→ RECORDS SUPPLIED:
• • •

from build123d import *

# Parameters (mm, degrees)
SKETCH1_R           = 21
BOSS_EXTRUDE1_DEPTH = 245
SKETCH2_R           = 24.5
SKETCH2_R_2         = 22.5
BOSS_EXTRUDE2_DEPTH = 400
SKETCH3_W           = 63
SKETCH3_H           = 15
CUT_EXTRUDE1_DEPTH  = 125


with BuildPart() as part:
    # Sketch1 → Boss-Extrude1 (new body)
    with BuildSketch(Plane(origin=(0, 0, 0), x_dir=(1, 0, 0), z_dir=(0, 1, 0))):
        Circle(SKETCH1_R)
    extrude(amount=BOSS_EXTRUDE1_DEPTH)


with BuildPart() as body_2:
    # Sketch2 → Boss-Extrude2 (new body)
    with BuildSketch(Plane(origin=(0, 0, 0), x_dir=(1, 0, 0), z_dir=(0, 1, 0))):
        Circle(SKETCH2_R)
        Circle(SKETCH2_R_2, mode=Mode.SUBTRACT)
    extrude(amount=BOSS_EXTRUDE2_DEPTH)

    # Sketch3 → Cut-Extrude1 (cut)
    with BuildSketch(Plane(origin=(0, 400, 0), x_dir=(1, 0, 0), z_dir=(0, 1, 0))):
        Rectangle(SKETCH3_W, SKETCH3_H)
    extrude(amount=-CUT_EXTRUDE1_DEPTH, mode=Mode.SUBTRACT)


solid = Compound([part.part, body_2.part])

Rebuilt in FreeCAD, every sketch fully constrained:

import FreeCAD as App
import Part
import Sketcher

V = App.Vector
Q = App.Units.Quantity


def add_polygon(sketch, points):
    """Adds a closed chain of lines whose ends are joined by coincident constraints."""
    first, n = sketch.GeometryCount, len(points)
    for a, b in zip(points, points[1:] + points[:1]):
        sketch.addGeometry(Part.LineSegment(App.Vector(*a, 0), App.Vector(*b, 0)), False)
    for i in range(n):
        sketch.addConstraint(Sketcher.Constraint("Coincident", first + i, 2, first + (i + 1) % n, 1))

doc = App.newDocument("Part")
body = doc.addObject("PartDesign::Body", "Body")

# Sketch on XZ plane
sketch1 = body.newObject("Sketcher::SketchObject", "Sketch")
sketch1.AttachmentSupport = (doc.getObject("XZ_Plane"), [""])
sketch1.MapMode = "FlatFace"
sketch1.addGeometry(Part.Circle(V(0, 0, 0), V(0, 0, 1), 21), False)
sketch1.addConstraint([
    Sketcher.Constraint("Coincident", 0, 3, -1, 1),
    Sketcher.Constraint("Diameter", 0, Q("42 mm")),
])
pad1 = body.newObject("PartDesign::Pad", "Pad")
pad1.Profile = sketch1
pad1.Length = 245
pad1.Reversed = True
body2 = doc.addObject("PartDesign::Body", "Body001")

# Sketch on XZ plane
sketch2 = body2.newObject("Sketcher::SketchObject", "Sketch001")
sketch2.AttachmentSupport = (doc.getObject("XZ_Plane001"), [""])
sketch2.MapMode = "FlatFace"
sketch2.addGeometry([
    Part.Circle(V(0, 0, 0), V(0, 0, 1), 24),
    Part.Circle(V(0, 0, 0), V(0, 0, 1), 22),
], False)
sketch2.addConstraint([
    Sketcher.Constraint("Coincident", 0, 3, -1, 1),
    Sketcher.Constraint("Coincident", 1, 3, -1, 1),
    Sketcher.Constraint("Diameter", 0, Q("49 mm")),
    Sketcher.Constraint("Diameter", 1, Q("45 mm")),
])
pad2 = body2.newObject("PartDesign::Pad", "Pad001")
pad2.Profile = sketch2
pad2.Length = 400
pad2.Reversed = True

# Sketch on XZ plane
sketch3 = body2.newObject("Sketcher::SketchObject", "Sketch002")
sketch3.AttachmentSupport = (doc.getObject("XZ_Plane001"), [""])
sketch3.MapMode = "FlatFace"
sketch3.AttachmentOffset = App.Placement(V(0, 0, -400), App.Rotation())
add_polygon(sketch3, [(-32, -8), (-32, 8), (32, 8), (32, -8)])  # lines 0-3
sketch3.addConstraint([
    Sketcher.Constraint("Vertical", 0),
    Sketcher.Constraint("Horizontal", 1),
    Sketcher.Constraint("Vertical", 2),
    Sketcher.Constraint("Horizontal", 3),
    Sketcher.Constraint("Symmetric", 0, 2, 2, 2, -1, 1),
    Sketcher.Constraint("DistanceX", 1, 1, 1, 2, Q("63 mm")),
    Sketcher.Constraint("DistanceY", 0, 1, 0, 2, Q("15 mm")),
])
pocket1 = body2.newObject("PartDesign::Pocket", "Pocket")
pocket1.Profile = sketch3
pocket1.Length = 125
pocket1.Reversed = True

doc.recompute()
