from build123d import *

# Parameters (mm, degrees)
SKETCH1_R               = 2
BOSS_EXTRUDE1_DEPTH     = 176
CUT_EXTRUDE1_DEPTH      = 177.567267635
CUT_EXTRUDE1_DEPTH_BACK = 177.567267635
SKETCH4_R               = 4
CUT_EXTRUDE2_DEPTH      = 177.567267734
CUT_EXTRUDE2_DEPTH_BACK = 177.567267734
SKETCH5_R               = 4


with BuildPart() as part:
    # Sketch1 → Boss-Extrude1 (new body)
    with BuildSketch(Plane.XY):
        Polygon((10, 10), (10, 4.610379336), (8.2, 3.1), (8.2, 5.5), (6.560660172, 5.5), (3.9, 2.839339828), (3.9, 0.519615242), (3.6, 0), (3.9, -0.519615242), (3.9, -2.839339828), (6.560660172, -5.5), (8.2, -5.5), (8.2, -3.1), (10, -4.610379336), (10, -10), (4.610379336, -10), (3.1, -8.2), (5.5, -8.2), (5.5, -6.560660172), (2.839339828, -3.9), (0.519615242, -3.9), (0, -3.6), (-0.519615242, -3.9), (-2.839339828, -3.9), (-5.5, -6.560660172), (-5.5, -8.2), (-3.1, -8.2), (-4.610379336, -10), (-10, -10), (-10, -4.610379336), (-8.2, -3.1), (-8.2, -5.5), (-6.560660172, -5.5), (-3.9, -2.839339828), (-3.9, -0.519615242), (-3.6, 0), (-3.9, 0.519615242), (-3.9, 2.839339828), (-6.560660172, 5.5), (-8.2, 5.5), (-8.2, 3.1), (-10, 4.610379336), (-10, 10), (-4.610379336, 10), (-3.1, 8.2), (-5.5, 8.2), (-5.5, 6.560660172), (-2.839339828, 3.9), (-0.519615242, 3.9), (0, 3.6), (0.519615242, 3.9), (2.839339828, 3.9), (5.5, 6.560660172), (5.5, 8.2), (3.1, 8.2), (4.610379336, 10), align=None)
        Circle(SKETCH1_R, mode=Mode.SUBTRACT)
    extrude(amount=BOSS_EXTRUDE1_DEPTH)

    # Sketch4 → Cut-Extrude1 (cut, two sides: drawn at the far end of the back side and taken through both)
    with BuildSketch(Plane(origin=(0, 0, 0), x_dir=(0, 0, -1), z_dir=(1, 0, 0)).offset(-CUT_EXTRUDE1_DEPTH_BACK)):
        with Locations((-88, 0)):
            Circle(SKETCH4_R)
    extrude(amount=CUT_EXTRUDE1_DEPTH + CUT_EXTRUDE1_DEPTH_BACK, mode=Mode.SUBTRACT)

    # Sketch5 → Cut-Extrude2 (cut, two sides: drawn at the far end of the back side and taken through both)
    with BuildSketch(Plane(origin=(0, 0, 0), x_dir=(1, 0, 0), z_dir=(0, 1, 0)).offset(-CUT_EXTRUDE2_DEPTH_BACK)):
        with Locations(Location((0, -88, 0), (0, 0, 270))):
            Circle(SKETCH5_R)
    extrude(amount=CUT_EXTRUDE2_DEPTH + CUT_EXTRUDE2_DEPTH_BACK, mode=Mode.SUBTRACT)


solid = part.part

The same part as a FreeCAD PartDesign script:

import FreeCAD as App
import Part
import Sketcher

V = App.Vector
Q = App.Units.Quantity

doc = App.newDocument("Part")
body = doc.addObject("PartDesign::Body", "Body")

# Sketch on XY plane
sketch1 = body.newObject("Sketcher::SketchObject", "Sketch")
sketch1.AttachmentSupport = (doc.getObject("XY_Plane"), [""])
sketch1.MapMode = "FlatFace"
sketch1.addGeometry([
    Part.LineSegment(V(10, 4.610379, 0), V(10, 10, 0)),  # 0
    Part.LineSegment(V(10, 10, 0), V(4.610379, 10, 0)),  # 1
    Part.LineSegment(V(4.610379, 10, 0), V(3.1, 8.2, 0)),  # 2
    Part.LineSegment(V(3.1, 8.2, 0), V(5.5, 8.2, 0)),  # 3
    Part.LineSegment(V(5.5, 8.2, 0), V(5.5, 6.56066, 0)),  # 4
    Part.LineSegment(V(5.5, 6.56066, 0), V(2.83934, 3.9, 0)),  # 5
    Part.LineSegment(V(2.83934, 3.9, 0), V(0.519615, 3.9, 0)),  # 6
    Part.LineSegment(V(0.519615, 3.9, 0), V(0, 3.6, 0)),  # 7
    Part.LineSegment(V(0, 3.6, 0), V(-0.519615, 3.9, 0)),  # 8
    Part.LineSegment(V(-0.519615, 3.9, 0), V(-2.83934, 3.9, 0)),  # 9
    Part.LineSegment(V(-2.83934, 3.9, 0), V(-5.5, 6.56066, 0)),  # 10
    Part.LineSegment(V(-5.5, 6.56066, 0), V(-5.5, 8.2, 0)),  # 11
    Part.LineSegment(V(-5.5, 8.2, 0), V(-3.1, 8.2, 0)),  # 12
    Part.LineSegment(V(-3.1, 8.2, 0), V(-4.610379, 10, 0)),  # 13
    Part.LineSegment(V(-4.610379, 10, 0), V(-10, 10, 0)),  # 14
    Part.LineSegment(V(-10, 10, 0), V(-10, 4.610379, 0)),  # 15
    Part.LineSegment(V(-10, 4.610379, 0), V(-8.2, 3.1, 0)),  # 16
    Part.LineSegment(V(-8.2, 3.1, 0), V(-8.2, 5.5, 0)),  # 17
    Part.LineSegment(V(-8.2, 5.5, 0), V(-6.56066, 5.5, 0)),  # 18
    Part.LineSegment(V(-6.56066, 5.5, 0), V(-3.9, 2.83934, 0)),  # 19
    Part.LineSegment(V(-3.9, 2.83934, 0), V(-3.9, 0.519615, 0)),  # 20
    Part.LineSegment(V(-3.9, 0.519615, 0), V(-3.6, 0, 0)),  # 21
    Part.LineSegment(V(-3.6, 0, 0), V(-3.9, -0.519615, 0)),  # 22
    Part.LineSegment(V(-3.9, -0.519615, 0), V(-3.9, -2.83934, 0)),  # 23
    Part.LineSegment(V(-3.9, -2.83934, 0), V(-6.56066, -5.5, 0)),  # 24
    Part.LineSegment(V(-6.56066, -5.5, 0), V(-8.2, -5.5, 0)),  # 25
    Part.LineSegment(V(-8.2, -5.5, 0), V(-8.2, -3.1, 0)),  # 26
    Part.LineSegment(V(-8.2, -3.1, 0), V(-10, -4.610379, 0)),  # 27
    Part.LineSegment(V(-10, -4.610379, 0), V(-10, -10, 0)),  # 28
    Part.LineSegment(V(-10, -10, 0), V(-4.610379, -10, 0)),  # 29
    Part.LineSegment(V(-4.610379, -10, 0), V(-3.1, -8.2, 0)),  # 30
    Part.LineSegment(V(-3.1, -8.2, 0), V(-5.5, -8.2, 0)),  # 31
    Part.LineSegment(V(-5.5, -8.2, 0), V(-5.5, -6.56066, 0)),  # 32
    Part.LineSegment(V(-5.5, -6.56066, 0), V(-2.83934, -3.9, 0)),  # 33
    Part.LineSegment(V(-2.83934, -3.9, 0), V(-0.519615, -3.9, 0)),  # 34
    Part.LineSegment(V(-0.519615, -3.9, 0), V(0, -3.6, 0)),  # 35
    Part.LineSegment(V(0, -3.6, 0), V(0.519615, -3.9, 0)),  # 36
    Part.LineSegment(V(0.519615, -3.9, 0), V(2.83934, -3.9, 0)),  # 37
    Part.LineSegment(V(2.83934, -3.9, 0), V(5.5, -6.56066, 0)),  # 38
    Part.LineSegment(V(5.5, -6.56066, 0), V(5.5, -8.2, 0)),  # 39
    Part.LineSegment(V(5.5, -8.2, 0), V(3.1, -8.2, 0)),  # 40
    Part.LineSegment(V(3.1, -8.2, 0), V(4.610379, -10, 0)),  # 41
    Part.LineSegment(V(4.610379, -10, 0), V(10, -10, 0)),  # 42
    Part.LineSegment(V(10, -10, 0), V(10, -4.610379, 0)),  # 43
    Part.LineSegment(V(10, -4.610379, 0), V(8.2, -3.1, 0)),  # 44
    Part.LineSegment(V(8.2, -3.1, 0), V(8.2, -5.5, 0)),  # 45
    Part.LineSegment(V(8.2, -5.5, 0), V(6.56066, -5.5, 0)),  # 46
    Part.LineSegment(V(6.56066, -5.5, 0), V(3.9, -2.83934, 0)),  # 47
    Part.LineSegment(V(3.9, -2.83934, 0), V(3.9, -0.519615, 0)),  # 48
    Part.LineSegment(V(3.9, -0.519615, 0), V(3.6, 0, 0)),  # 49
    Part.LineSegment(V(3.6, 0, 0), V(3.9, 0.519615, 0)),  # 50
    Part.LineSegment(V(3.9, 0.519615, 0), V(3.9, 2.83934, 0)),  # 51
    Part.LineSegment(V(3.9, 2.83934, 0), V(6.56066, 5.5, 0)),  # 52
    Part.LineSegment(V(6.56066, 5.5, 0), V(8.2, 5.5, 0)),  # 53
    Part.LineSegment(V(8.2, 5.5, 0), V(8.2, 3.1, 0)),  # 54
    Part.LineSegment(V(8.2, 3.1, 0), V(10, 4.610379, 0)),  # 55
    Part.Circle(V(0, 0, 0), V(0, 0, 1), 2),  # 56
], False)
sketch1.addConstraint([
    Sketcher.Constraint("Coincident", 0, 2, 1, 1),
    Sketcher.Constraint("Coincident", 1, 2, 2, 1),
    Sketcher.Constraint("Coincident", 2, 2, 3, 1),
    Sketcher.Constraint("Coincident", 3, 2, 4, 1),
    Sketcher.Constraint("Coincident", 4, 2, 5, 1),
    Sketcher.Constraint("Coincident", 5, 2, 6, 1),
    Sketcher.Constraint("Coincident", 6, 2, 7, 1),
    Sketcher.Constraint("Coincident", 7, 2, 8, 1),
    Sketcher.Constraint("Coincident", 8, 2, 9, 1),
    Sketcher.Constraint("Coincident", 9, 2, 10, 1),
    Sketcher.Constraint("Coincident", 10, 2, 11, 1),
    Sketcher.Constraint("Coincident", 11, 2, 12, 1),
    Sketcher.Constraint("Coincident", 12, 2, 13, 1),
    Sketcher.Constraint("Coincident", 13, 2, 14, 1),
    Sketcher.Constraint("Coincident", 14, 2, 15, 1),
    Sketcher.Constraint("Coincident", 15, 2, 16, 1),
    Sketcher.Constraint("Coincident", 16, 2, 17, 1),
    Sketcher.Constraint("Coincident", 17, 2, 18, 1),
    Sketcher.Constraint("Coincident", 18, 2, 19, 1),
    Sketcher.Constraint("Coincident", 19, 2, 20, 1),
    Sketcher.Constraint("Coincident", 20, 2, 21, 1),
    Sketcher.Constraint("Coincident", 21, 2, 22, 1),
    Sketcher.Constraint("Coincident", 22, 2, 23, 1),
    Sketcher.Constraint("Coincident", 23, 2, 24, 1),
    Sketcher.Constraint("Coincident", 24, 2, 25, 1),
    Sketcher.Constraint("Coincident", 25, 2, 26, 1),
    Sketcher.Constraint("Coincident", 26, 2, 27, 1),
    Sketcher.Constraint("Coincident", 27, 2, 28, 1),
    Sketcher.Constraint("Coincident", 28, 2, 29, 1),
    Sketcher.Constraint("Coincident", 29, 2, 30, 1),
    Sketcher.Constraint("Coincident", 30, 2, 31, 1),
    Sketcher.Constraint("Coincident", 31, 2, 32, 1),
    Sketcher.Constraint("Coincident", 32, 2, 33, 1),
    Sketcher.Constraint("Coincident", 33, 2, 34, 1),
    Sketcher.Constraint("Coincident", 34, 2, 35, 1),
    Sketcher.Constraint("Coincident", 35, 2, 36, 1),
    Sketcher.Constraint("Coincident", 36, 2, 37, 1),
    Sketcher.Constraint("Coincident", 37, 2, 38, 1),
    Sketcher.Constraint("Coincident", 38, 2, 39, 1),
    Sketcher.Constraint("Coincident", 39, 2, 40, 1),
    Sketcher.Constraint("Coincident", 40, 2, 41, 1),
    Sketcher.Constraint("Coincident", 41, 2, 42, 1),
    Sketcher.Constraint("Coincident", 42, 2, 43, 1),
    Sketcher.Constraint("Coincident", 43, 2, 44, 1),
    Sketcher.Constraint("Coincident", 44, 2, 45, 1),
    Sketcher.Constraint("Coincident", 45, 2, 46, 1),
    Sketcher.Constraint("Coincident", 46, 2, 47, 1),
    Sketcher.Constraint("Coincident", 47, 2, 48, 1),
    Sketcher.Constraint("Coincident", 48, 2, 49, 1),
    Sketcher.Constraint("Coincident", 49, 2, 50, 1),
    Sketcher.Constraint("Coincident", 50, 2, 51, 1),
    Sketcher.Constraint("Coincident", 51, 2, 52, 1),
    Sketcher.Constraint("Coincident", 52, 2, 53, 1),
    Sketcher.Constraint("Coincident", 53, 2, 54, 1),
    Sketcher.Constraint("Coincident", 54, 2, 55, 1),
    Sketcher.Constraint("Coincident", 55, 2, 0, 1),
    Sketcher.Constraint("Vertical", 0),
    Sketcher.Constraint("Horizontal", 1),
    Sketcher.Constraint("Horizontal", 3),
    Sketcher.Constraint("Vertical", 4),
    Sketcher.Constraint("Horizontal", 6),
    Sketcher.Constraint("Horizontal", 9),
    Sketcher.Constraint("Vertical", 11),
    Sketcher.Constraint("Horizontal", 12),
    Sketcher.Constraint("Horizontal", 14),
    Sketcher.Constraint("Vertical", 15),
    Sketcher.Constraint("Vertical", 17),
    Sketcher.Constraint("Horizontal", 18),
    Sketcher.Constraint("Vertical", 20),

• • •

Proceeding from the line containing "# Sketch5 →" through the line containing "The same part", transcribe the lines above exactly, both end lines included.

→ PROBLEM SOLUTION:
    # Sketch5 → Cut-Extrude2 (cut, two sides: drawn at the far end of the back side and taken through both)
    with BuildSketch(Plane(origin=(0, 0, 0), x_dir=(1, 0, 0), z_dir=(0, 1, 0)).offset(-CUT_EXTRUDE2_DEPTH_BACK)):
        with Locations(Location((0, -88, 0), (0, 0, 270))):
            Circle(SKETCH5_R)
    extrude(amount=CUT_EXTRUDE2_DEPTH + CUT_EXTRUDE2_DEPTH_BACK, mode=Mode.SUBTRACT)


solid = part.part

The same part as a FreeCAD PartDesign script:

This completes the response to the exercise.